Saved data entries
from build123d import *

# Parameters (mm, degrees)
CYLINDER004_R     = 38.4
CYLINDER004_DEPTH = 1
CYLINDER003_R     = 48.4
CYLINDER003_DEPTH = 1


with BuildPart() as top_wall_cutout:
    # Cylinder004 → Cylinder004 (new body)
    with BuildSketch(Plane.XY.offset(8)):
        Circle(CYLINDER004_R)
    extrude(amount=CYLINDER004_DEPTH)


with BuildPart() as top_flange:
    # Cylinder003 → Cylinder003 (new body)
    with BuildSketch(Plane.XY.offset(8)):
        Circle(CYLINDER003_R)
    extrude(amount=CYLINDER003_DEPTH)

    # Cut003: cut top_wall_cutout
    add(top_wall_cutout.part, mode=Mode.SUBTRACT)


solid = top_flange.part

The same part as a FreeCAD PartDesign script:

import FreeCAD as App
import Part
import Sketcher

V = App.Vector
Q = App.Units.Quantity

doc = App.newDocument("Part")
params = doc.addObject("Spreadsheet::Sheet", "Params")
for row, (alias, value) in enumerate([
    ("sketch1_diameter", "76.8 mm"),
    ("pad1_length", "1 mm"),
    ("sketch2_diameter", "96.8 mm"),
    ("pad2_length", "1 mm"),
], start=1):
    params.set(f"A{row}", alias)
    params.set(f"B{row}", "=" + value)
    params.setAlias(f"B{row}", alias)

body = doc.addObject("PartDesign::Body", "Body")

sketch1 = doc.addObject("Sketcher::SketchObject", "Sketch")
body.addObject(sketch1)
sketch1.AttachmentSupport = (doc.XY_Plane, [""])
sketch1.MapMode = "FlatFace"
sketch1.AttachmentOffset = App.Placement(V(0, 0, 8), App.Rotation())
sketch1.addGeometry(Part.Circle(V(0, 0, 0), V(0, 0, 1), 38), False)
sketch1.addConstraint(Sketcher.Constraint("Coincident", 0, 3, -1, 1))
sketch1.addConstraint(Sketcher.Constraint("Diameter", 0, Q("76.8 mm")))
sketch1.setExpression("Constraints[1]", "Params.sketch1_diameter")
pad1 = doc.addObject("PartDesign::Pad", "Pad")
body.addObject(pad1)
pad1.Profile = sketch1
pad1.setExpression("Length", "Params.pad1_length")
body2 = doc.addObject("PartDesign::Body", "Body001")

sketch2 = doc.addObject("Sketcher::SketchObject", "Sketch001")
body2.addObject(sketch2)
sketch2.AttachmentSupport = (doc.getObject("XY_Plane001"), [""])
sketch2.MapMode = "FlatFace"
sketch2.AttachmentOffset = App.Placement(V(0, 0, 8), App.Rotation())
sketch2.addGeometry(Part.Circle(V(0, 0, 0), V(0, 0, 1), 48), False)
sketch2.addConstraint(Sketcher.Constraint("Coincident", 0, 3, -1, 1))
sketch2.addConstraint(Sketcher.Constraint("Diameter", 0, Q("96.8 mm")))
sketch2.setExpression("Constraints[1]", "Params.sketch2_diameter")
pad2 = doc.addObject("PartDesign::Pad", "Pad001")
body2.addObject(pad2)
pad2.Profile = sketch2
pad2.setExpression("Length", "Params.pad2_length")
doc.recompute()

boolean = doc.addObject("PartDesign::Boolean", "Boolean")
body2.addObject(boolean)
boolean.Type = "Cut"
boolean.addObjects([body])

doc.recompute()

* * *

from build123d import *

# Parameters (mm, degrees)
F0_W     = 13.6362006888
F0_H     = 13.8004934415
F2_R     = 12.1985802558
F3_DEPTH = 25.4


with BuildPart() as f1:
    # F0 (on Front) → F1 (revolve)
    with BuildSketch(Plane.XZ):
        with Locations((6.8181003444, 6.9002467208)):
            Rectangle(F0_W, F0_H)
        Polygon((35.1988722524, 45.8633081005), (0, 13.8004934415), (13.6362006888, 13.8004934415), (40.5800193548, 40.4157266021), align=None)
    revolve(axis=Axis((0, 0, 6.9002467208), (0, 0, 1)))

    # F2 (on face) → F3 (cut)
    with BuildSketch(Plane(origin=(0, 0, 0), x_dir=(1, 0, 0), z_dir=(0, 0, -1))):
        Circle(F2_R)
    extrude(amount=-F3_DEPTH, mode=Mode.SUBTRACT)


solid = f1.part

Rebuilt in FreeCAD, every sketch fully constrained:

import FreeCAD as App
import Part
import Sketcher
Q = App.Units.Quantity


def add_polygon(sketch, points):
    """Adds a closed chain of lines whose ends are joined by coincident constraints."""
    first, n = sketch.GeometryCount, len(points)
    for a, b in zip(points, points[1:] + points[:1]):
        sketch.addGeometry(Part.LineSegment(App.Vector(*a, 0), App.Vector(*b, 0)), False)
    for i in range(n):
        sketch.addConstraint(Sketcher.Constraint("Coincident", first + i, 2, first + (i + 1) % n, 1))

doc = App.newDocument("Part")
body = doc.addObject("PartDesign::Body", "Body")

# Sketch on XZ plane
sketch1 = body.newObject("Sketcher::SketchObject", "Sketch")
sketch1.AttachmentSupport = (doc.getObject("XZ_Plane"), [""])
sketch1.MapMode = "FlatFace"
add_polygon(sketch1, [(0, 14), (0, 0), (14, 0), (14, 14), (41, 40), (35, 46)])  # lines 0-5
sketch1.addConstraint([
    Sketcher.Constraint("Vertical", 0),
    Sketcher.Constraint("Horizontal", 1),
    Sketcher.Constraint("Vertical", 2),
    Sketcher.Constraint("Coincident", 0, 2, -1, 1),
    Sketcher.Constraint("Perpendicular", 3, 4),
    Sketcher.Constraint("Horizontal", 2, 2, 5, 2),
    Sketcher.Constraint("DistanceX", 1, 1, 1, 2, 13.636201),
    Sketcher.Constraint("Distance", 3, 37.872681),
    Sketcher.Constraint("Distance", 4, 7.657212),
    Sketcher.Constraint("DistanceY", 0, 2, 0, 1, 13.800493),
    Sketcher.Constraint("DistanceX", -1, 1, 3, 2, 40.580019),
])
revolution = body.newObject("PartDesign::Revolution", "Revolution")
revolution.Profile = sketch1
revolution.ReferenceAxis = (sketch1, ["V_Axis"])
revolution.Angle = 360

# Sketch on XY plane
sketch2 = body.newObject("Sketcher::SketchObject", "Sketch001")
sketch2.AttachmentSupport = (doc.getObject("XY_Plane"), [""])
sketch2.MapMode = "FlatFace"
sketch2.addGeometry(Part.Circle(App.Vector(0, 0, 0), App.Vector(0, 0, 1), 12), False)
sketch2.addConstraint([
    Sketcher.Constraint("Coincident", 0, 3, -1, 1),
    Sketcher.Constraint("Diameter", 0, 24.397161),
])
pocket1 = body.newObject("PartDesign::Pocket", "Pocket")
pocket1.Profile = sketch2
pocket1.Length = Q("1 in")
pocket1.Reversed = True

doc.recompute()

INSTRUCTIONS TO FOLLOW: Report how many lines in the data above contain "BuildSketch", without any other words.

REPLY: 4